では、視覚情報から行動までに、脳内でどんな過程をたどるのか。
東京都医学総合研究所脳機能再建プロジェクトの中山義久主席研究員(神経科学)によると、目から入った視覚情報は脳に送られ、まず「側頭葉」でその物が何かを判別する。次に「前頭前野(ぜんとうぜんや)」で、物を認知して記憶する。
認知した内容から行動の目的を決め、必要な行為を選び、準備をするのが、次にある「運動前野」だ。そこから「運動野」に伝わり、手や足などを動かす指令が出るという流れだ。

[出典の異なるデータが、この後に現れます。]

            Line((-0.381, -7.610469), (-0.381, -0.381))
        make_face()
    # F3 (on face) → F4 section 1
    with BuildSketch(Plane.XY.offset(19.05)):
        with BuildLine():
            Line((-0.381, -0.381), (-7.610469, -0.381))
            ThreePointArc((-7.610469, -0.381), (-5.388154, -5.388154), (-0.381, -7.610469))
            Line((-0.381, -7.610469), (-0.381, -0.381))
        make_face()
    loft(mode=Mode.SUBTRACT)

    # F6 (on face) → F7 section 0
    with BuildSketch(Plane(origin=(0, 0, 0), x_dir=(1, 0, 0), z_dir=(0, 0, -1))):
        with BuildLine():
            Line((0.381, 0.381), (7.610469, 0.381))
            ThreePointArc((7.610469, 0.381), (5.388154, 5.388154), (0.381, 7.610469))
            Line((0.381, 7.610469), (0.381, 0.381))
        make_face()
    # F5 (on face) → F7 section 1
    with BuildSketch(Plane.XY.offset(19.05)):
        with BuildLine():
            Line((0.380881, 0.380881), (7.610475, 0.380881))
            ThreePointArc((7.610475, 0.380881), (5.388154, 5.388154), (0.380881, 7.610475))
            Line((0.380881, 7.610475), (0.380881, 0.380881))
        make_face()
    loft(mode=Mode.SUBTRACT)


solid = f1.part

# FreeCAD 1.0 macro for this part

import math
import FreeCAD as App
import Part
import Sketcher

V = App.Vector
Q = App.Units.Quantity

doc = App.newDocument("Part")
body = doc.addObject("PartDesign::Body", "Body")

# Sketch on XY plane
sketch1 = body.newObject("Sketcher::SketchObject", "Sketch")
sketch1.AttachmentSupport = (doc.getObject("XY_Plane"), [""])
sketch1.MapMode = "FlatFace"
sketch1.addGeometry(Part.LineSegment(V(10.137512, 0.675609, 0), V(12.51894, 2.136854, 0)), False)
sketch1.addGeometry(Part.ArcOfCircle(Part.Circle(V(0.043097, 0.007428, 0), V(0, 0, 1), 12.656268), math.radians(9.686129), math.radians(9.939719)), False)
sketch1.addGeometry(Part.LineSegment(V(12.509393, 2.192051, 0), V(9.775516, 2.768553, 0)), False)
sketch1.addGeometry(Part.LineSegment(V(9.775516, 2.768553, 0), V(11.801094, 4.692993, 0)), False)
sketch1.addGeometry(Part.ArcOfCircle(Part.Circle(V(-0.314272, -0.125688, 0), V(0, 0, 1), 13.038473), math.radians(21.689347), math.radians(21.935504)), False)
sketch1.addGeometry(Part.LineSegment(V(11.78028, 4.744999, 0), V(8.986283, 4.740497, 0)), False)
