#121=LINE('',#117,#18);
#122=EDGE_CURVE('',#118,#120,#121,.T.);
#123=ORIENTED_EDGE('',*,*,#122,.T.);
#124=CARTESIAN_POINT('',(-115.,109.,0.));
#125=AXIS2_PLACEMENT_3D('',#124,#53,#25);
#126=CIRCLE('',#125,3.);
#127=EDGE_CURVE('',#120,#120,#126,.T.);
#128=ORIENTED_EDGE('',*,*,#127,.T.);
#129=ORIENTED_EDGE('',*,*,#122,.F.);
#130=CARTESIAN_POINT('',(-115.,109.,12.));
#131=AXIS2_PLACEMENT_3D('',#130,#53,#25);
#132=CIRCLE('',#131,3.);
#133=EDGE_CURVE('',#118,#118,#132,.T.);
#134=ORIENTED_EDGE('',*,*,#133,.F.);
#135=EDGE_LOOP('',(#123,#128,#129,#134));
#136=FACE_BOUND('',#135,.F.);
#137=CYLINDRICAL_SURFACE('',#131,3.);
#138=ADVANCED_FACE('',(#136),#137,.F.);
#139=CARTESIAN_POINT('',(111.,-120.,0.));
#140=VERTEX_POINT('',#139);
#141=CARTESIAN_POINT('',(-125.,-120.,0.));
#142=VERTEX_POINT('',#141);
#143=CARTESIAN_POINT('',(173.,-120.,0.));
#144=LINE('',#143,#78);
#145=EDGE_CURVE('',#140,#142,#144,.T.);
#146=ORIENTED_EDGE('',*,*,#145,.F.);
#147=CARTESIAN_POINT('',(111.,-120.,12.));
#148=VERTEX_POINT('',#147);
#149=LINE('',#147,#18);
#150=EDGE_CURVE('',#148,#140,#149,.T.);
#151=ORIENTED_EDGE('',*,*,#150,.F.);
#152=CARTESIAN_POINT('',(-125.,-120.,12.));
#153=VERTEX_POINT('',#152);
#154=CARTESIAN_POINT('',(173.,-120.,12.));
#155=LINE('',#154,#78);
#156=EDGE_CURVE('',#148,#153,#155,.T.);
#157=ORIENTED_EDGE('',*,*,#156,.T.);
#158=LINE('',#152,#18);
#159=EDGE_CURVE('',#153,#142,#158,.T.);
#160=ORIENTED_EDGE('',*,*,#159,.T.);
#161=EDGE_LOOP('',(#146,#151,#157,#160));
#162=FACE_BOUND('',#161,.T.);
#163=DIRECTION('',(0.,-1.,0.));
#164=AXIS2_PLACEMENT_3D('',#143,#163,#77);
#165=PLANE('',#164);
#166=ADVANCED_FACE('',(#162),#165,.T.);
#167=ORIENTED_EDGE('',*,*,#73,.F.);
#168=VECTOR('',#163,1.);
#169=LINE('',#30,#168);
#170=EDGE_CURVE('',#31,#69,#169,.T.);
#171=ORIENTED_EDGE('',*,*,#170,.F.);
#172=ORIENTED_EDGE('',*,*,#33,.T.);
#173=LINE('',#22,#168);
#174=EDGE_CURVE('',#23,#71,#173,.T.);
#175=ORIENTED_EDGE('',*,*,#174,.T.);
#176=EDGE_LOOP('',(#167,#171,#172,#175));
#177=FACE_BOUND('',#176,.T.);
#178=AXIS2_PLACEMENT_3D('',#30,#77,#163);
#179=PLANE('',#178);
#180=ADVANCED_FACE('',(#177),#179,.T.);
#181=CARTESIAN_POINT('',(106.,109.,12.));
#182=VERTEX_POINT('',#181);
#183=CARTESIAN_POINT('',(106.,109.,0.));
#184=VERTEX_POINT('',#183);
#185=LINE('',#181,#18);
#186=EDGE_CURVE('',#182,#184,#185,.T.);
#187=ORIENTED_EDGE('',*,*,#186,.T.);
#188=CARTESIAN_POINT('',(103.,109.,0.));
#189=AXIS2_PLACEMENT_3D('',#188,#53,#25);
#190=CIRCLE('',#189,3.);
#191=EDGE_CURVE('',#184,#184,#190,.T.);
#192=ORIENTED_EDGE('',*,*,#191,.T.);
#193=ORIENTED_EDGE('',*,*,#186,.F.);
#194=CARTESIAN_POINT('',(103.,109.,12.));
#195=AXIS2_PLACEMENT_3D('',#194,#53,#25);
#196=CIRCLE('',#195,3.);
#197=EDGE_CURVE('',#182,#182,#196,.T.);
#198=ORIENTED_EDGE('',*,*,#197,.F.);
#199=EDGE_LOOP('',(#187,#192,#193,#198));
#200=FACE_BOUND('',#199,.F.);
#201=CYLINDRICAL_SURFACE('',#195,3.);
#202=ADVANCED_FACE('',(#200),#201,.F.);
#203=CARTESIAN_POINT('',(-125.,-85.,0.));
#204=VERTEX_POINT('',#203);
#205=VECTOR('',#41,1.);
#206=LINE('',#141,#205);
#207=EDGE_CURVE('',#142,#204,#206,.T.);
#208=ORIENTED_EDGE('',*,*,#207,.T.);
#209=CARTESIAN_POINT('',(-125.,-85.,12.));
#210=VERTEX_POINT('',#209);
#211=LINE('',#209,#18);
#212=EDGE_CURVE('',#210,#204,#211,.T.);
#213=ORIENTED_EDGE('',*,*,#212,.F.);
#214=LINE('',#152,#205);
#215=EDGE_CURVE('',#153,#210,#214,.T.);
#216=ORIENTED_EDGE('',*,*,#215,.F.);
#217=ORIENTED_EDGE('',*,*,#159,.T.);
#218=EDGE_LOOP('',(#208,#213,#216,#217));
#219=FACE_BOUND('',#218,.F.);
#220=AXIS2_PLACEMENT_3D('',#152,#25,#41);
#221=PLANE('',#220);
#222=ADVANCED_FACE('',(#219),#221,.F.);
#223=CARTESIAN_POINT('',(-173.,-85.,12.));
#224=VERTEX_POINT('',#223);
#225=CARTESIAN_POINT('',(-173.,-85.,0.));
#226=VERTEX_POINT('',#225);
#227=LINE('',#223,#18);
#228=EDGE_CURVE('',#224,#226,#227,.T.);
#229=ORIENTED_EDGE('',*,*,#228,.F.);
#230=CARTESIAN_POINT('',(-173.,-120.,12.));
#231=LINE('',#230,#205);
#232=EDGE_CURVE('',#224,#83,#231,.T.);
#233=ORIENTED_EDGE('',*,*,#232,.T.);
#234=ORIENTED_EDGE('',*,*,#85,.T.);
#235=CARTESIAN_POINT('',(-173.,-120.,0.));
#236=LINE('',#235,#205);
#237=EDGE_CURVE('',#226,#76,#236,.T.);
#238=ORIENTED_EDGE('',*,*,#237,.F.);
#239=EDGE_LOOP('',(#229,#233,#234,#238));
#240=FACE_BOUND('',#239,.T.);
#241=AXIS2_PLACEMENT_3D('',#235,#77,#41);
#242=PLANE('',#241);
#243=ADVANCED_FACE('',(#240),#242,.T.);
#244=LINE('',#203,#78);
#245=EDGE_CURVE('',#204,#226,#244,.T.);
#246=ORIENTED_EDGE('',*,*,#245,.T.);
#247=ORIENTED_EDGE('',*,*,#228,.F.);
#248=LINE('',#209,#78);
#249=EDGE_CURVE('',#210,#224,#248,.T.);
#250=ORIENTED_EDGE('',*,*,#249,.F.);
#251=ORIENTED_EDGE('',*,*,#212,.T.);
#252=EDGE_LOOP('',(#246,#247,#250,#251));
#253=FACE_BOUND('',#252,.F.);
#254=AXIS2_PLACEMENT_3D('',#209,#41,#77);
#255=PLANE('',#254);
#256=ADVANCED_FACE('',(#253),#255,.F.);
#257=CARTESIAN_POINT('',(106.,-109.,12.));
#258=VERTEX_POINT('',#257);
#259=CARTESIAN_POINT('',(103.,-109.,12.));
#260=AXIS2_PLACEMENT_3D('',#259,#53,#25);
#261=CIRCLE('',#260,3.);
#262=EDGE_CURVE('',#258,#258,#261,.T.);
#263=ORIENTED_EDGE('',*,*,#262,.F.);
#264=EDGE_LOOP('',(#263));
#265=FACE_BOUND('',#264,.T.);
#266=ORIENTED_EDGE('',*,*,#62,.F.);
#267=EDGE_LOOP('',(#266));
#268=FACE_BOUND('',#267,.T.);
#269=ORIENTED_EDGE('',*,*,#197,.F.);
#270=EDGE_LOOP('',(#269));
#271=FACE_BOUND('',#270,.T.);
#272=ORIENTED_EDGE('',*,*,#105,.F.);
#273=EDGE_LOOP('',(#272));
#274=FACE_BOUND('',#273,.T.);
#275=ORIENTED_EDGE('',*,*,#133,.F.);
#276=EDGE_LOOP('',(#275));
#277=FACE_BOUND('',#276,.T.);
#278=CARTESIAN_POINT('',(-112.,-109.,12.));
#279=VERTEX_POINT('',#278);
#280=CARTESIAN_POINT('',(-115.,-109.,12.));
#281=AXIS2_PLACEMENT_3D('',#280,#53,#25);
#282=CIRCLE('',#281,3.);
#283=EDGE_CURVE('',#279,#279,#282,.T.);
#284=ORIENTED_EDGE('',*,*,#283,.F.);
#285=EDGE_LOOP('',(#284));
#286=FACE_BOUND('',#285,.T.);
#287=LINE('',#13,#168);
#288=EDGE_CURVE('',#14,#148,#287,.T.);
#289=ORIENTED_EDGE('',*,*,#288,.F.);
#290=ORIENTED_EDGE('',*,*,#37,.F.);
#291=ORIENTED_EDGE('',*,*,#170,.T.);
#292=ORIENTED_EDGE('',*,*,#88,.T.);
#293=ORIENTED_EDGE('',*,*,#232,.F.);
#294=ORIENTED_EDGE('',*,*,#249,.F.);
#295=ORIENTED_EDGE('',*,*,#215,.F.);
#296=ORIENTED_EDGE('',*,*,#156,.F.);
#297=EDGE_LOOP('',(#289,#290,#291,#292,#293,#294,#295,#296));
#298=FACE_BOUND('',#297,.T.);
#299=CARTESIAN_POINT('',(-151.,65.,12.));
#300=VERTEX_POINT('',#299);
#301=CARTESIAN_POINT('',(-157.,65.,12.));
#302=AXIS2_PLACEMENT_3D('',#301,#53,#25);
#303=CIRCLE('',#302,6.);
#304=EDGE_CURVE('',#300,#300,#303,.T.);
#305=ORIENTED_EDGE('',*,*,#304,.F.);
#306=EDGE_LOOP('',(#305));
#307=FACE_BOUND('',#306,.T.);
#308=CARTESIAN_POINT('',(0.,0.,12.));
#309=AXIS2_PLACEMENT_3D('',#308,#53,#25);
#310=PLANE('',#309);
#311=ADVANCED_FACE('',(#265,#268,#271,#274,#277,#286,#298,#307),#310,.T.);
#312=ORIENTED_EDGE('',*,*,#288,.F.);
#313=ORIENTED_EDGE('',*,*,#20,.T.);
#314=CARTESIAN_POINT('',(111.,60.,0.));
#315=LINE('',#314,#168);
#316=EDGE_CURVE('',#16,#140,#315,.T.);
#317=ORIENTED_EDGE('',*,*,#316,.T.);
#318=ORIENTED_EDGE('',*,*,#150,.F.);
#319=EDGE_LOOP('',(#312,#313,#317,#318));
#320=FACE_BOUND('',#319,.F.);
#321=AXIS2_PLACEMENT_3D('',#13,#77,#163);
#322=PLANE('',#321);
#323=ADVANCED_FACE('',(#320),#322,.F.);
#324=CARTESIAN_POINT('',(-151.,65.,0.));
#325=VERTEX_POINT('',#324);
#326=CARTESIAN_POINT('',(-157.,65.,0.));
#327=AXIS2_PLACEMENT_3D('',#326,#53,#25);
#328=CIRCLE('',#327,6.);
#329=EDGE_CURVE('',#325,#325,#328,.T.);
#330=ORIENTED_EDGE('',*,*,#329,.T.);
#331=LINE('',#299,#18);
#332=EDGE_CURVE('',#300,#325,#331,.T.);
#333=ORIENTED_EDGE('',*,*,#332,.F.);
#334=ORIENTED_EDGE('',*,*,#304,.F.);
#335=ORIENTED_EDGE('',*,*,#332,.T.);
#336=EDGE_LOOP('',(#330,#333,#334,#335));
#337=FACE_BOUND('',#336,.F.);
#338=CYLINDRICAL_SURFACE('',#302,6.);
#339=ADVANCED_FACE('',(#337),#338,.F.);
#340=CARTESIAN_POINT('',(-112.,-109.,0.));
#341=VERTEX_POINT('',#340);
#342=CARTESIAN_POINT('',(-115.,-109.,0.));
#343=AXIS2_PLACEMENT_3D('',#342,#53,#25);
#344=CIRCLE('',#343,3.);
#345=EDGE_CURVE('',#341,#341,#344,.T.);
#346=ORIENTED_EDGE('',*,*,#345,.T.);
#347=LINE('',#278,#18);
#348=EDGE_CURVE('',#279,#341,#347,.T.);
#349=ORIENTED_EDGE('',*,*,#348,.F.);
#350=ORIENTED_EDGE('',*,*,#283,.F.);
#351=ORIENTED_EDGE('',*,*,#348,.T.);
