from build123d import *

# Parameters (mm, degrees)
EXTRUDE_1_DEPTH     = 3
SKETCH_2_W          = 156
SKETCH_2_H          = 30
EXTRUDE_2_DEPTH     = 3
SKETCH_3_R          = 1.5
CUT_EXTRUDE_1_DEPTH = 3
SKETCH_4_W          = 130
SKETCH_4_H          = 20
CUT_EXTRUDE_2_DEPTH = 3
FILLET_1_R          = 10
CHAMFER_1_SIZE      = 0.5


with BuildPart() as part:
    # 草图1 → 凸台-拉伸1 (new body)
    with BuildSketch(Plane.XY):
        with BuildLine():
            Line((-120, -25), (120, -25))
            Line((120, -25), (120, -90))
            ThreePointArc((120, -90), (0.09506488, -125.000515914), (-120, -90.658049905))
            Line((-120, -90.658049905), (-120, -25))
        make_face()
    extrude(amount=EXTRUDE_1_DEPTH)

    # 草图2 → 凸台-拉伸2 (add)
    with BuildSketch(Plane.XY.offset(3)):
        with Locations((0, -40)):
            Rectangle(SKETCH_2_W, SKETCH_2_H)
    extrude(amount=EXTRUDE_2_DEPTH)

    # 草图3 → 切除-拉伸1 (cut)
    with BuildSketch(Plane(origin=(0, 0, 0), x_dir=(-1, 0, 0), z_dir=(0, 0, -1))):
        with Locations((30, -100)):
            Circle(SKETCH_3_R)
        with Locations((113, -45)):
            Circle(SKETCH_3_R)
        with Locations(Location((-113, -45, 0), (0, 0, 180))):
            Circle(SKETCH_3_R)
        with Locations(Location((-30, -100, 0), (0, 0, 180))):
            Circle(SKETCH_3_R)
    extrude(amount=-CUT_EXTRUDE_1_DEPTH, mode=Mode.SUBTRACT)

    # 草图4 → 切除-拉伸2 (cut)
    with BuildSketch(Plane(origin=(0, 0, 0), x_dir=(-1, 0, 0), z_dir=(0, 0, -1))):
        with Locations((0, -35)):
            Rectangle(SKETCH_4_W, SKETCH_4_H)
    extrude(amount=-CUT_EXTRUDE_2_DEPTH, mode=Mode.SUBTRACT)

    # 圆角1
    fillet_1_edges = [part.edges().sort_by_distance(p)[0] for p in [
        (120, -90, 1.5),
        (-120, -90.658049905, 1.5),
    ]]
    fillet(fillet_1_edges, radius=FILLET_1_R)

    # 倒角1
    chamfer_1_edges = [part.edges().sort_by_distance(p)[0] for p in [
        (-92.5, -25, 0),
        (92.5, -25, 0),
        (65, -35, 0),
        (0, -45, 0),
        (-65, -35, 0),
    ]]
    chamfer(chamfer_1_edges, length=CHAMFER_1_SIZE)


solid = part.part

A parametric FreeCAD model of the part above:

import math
import FreeCAD as App
import Part
import Sketcher
from FreeCAD import Vector
Q = App.Units.Quantity


def edges_at(feature, points):
    """Names of the edges that pass closest to the given points."""
    edges = feature.Shape.Edges
    near = lambda p: min(range(len(edges)), key=lambda i: edges[i].distToShape(Part.Vertex(*p))[0])
    return sorted({f"Edge{near(p) + 1}" for p in points})

doc = App.newDocument("Part")
body = doc.addObject("PartDesign::Body", "Body")

# Sketch on XY plane
sketch1 = body.newObject("Sketcher::SketchObject", "Sketch")
sketch1.AttachmentSupport = (doc.getObject("XY_Plane"), [""])
sketch1.MapMode = "FlatFace"
sketch1.addGeometry(Part.LineSegment(Vector(120, -25, 0), Vector(-120, -25, 0)), False)
sketch1.addGeometry(Part.LineSegment(Vector(-120, -25, 0), Vector(-120, -91, 0)), False)
sketch1.addGeometry(Part.ArcOfCircle(Part.Circle(Vector(-1, 100, 0), Vector(0, 0, 1), 225), math.radians(-122), math.radians(-58)), False)
sketch1.addGeometry(Part.LineSegment(Vector(120, -90, 0), Vector(120, -25, 0)), False)
sketch1.addConstraint(Sketcher.Constraint("Coincident", 0, 2, 1, 1))
sketch1.addConstraint(Sketcher.Constraint("Coincident", 1, 2, 2, 1))
sketch1.addConstraint(Sketcher.Constraint("Coincident", 2, 2, 3, 1))
sketch1.addConstraint(Sketcher.Constraint("Coincident", 3, 2, 0, 1))
sketch1.addConstraint(Sketcher.Constraint("Horizontal", 0))
sketch1.addConstraint(Sketcher.Constraint("Vertical", 1))
sketch1.addConstraint(Sketcher.Constraint("Vertical", 3))
sketch1.addConstraint(Sketcher.Constraint("Radius", 2, Q("225 mm")))
sketch1.addConstraint(Sketcher.Constraint("DistanceX", 0, 2, 0, 1, Q("240 mm")))
sketch1.addConstraint(Sketcher.Constraint("DistanceY", 3, 1, 3, 2, Q("65 mm")))
sketch1.addConstraint(Sketcher.Constraint("DistanceX", 0, 2, -1, 1, Q("120 mm")))
sketch1.addConstraint(Sketcher.Constraint("DistanceY", 0, 2, -1, 1, Q("25 mm")))
sketch1.addConstraint(Sketcher.Constraint("DistanceY", 1, 2, 1, 1, Q("65.65805 mm")))
pad1 = body.newObject("PartDesign::Pad", "Pad")
pad1.Profile = sketch1
pad1.Length = 3

# Sketch on XY plane
sketch2 = body.newObject("Sketcher::SketchObject", "Sketch001")
sketch2.AttachmentSupport = (doc.getObject("XY_Plane"), [""])
sketch2.MapMode = "FlatFace"
sketch2.AttachmentOffset = App.Placement(Vector(0, 0, 3), App.Rotation())
sketch2.addGeometry(Part.LineSegment(Vector(-78, -25, 0), Vector(-78, -55, 0)), False)
sketch2.addGeometry(Part.LineSegment(Vector(-78, -55, 0), Vector(78, -55, 0)), False)
sketch2.addGeometry(Part.LineSegment(Vector(78, -55, 0), Vector(78, -25, 0)), False)
sketch2.addGeometry(Part.LineSegment(Vector(78, -25, 0), Vector(-78, -25, 0)), False)
sketch2.addConstraint(Sketcher.Constraint("Coincident", 0, 2, 1, 1))
sketch2.addConstraint(Sketcher.Constraint("Coincident", 1, 2, 2, 1))
sketch2.addConstraint(Sketcher.Constraint("Coincident", 2, 2, 3, 1))
sketch2.addConstraint(Sketcher.Constraint("Coincident", 3, 2, 0, 1))
sketch2.addConstraint(Sketcher.Constraint("Vertical", 0))
sketch2.addConstraint(Sketcher.Constraint("Horizontal", 1))
sketch2.addConstraint(Sketcher.Constraint("Vertical", 2))
sketch2.addConstraint(Sketcher.Constraint("Horizontal", 3))
sketch2.addConstraint(Sketcher.Constraint("DistanceX", 1, 1, 1, 2, Q("156 mm")))
sketch2.addConstraint(Sketcher.Constraint("DistanceY", 0, 2, 0, 1, Q("30 mm")))
sketch2.addConstraint(Sketcher.Constraint("DistanceX", 0, 2, -1, 1, Q("78 mm")))
sketch2.addConstraint(Sketcher.Constraint("DistanceY", 0, 2, -1, 1, Q("55 mm")))
pad2 = body.newObject("PartDesign::Pad", "Pad001")
pad2.Profile = sketch2
pad2.Length = 3

# Sketch on XY plane
sketch3 = body.newObject("Sketcher::SketchObject", "Sketch002")
sketch3.AttachmentSupport = (doc.getObject("XY_Plane"), [""])
sketch3.MapMode = "FlatFace"
sketch3.addGeometry(Part.Circle(Vector(-30, -100, 0), Vector(0, 0, 1), 1.5), False)
sketch3.addGeometry(Part.Circle(Vector(-113, -45, 0), Vector(0, 0, 1), 1.5), False)
sketch3.addGeometry(Part.Circle(Vector(113, -45, 0), Vector(0, 0, 1), 1.5), False)
sketch3.addGeometry(Part.Circle(Vector(30, -100, 0), Vector(0, 0, 1), 1.5), False)
sketch3.addConstraint(Sketcher.Constraint("Equal", 0, 1))
sketch3.addConstraint(Sketcher.Constraint("Equal", 1, 2))
sketch3.addConstraint(Sketcher.Constraint("Equal", 2, 3))
sketch3.addConstraint(Sketcher.Constraint("Symmetric", 1, 3, 2, 3, -2))
sketch3.addConstraint(Sketcher.Constraint("Symmetric", 0, 3, 3, 3, -2))
sketch3.addConstraint(Sketcher.Constraint("Diameter", 0, Q("3 mm")))
sketch3.addConstraint(Sketcher.Constraint("DistanceX", 0, 3, -1, 1, Q("30 mm")))
sketch3.addConstraint(Sketcher.Constraint("DistanceY", 0, 3, -1, 1, Q("100 mm")))
sketch3.addConstraint(Sketcher.Constraint("DistanceX", 1, 3, -1, 1, Q("113 mm")))
sketch3.addConstraint(Sketcher.Constraint("DistanceY", 1, 3, -1, 1, Q("45 mm")))
pocket1 = body.newObject("PartDesign::Pocket", "Pocket")
pocket1.Profile = sketch3
pocket1.Length = 3
pocket1.Reversed = True

# Sketch on XY plane
sketch4 = body.newObject("Sketcher::SketchObject", "Sketch003")
sketch4.AttachmentSupport = (doc.getObject("XY_Plane"), [""])
sketch4.MapMode = "FlatFace"
sketch4.addGeometry(Part.LineSegment(Vector(65, -25, 0), Vector(65, -45, 0)), False)
sketch4.addGeometry(Part.LineSegment(Vector(65, -45, 0), Vector(-65, -45, 0)), False)
sketch4.addGeometry(Part.LineSegment(Vector(-65, -45, 0), Vector(-65, -25, 0)), False)
sketch4.addGeometry(Part.LineSegment(Vector(-65, -25, 0), Vector(65, -25, 0)), False)
sketch4.addConstraint(Sketcher.Constraint("Coincident", 0, 2, 1, 1))
sketch4.addConstraint(Sketcher.Constraint("Coincident", 1, 2, 2, 1))
sketch4.addConstraint(Sketcher.Constraint("Coincident", 2, 2, 3, 1))
sketch4.addConstraint(Sketcher.Constraint("Coincident", 3, 2, 0, 1))
sketch4.addConstraint(Sketcher.Constraint("Vertical", 0))
sketch4.addConstraint(Sketcher.Constraint("Horizontal", 1))
sketch4.addConstraint(Sketcher.Constraint("Vertical", 2))
sketch4.addConstraint(Sketcher.Constraint("Horizontal", 3))
sketch4.addConstraint(Sketcher.Constraint("DistanceX", 1, 2, 1, 1, Q("130 mm")))
sketch4.addConstraint(Sketcher.Constraint("DistanceY", 0, 2, 0, 1, Q("20 mm")))
sketch4.addConstraint(Sketcher.Constraint("DistanceX", -1, 1, 0, 2, Q("65 mm")))
sketch4.addConstraint(Sketcher.Constraint("DistanceY", 0, 2, -1, 1, Q("45 mm")))
pocket2 = body.newObject("PartDesign::Pocket", "Pocket001")
pocket2.Profile = sketch4
pocket2.Length = 3
pocket2.Reversed = True
doc.recompute()

fillet = body.newObject("PartDesign::Fillet", "Fillet")
fillet.Base = (pocket2, edges_at(pocket2, [(120, -90, 1.5), (-120, -90.658, 1.5)]))
fillet.Radius = 10
doc.recompute()

chamfer = body.newObject("PartDesign::Chamfer", "Chamfer")
chamfer.Base = (fillet, edges_at(fillet, [
    (-92.5, -25, 0),
    (92.5, -25, 0),
    (65, -35, 0),
    (0, -45, 0),
    (-65, -35, 0),
]))
chamfer.Size = 0.5

doc.recompute()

研究者が注目するのが、目的から準備まで幅広い役割を担っている運動前野だ。1980年代に英国のチームがこんな実験をした。
サルをドアノブの前に座らせ、赤色が出たらノブを引く、青色が出たらノブを回す学習をさせた。成功率が9割ほどになった後、運動前野を切除した。すると、成功率は50%に低下し、当てずっぽうにやった結果と同じになった。運動前野は視覚情報と動作を結びつける重要な役割を果たしていたのだ。
ただし、運動前野のどこがどの役割を担っているかは、この実験だけではわからなかった。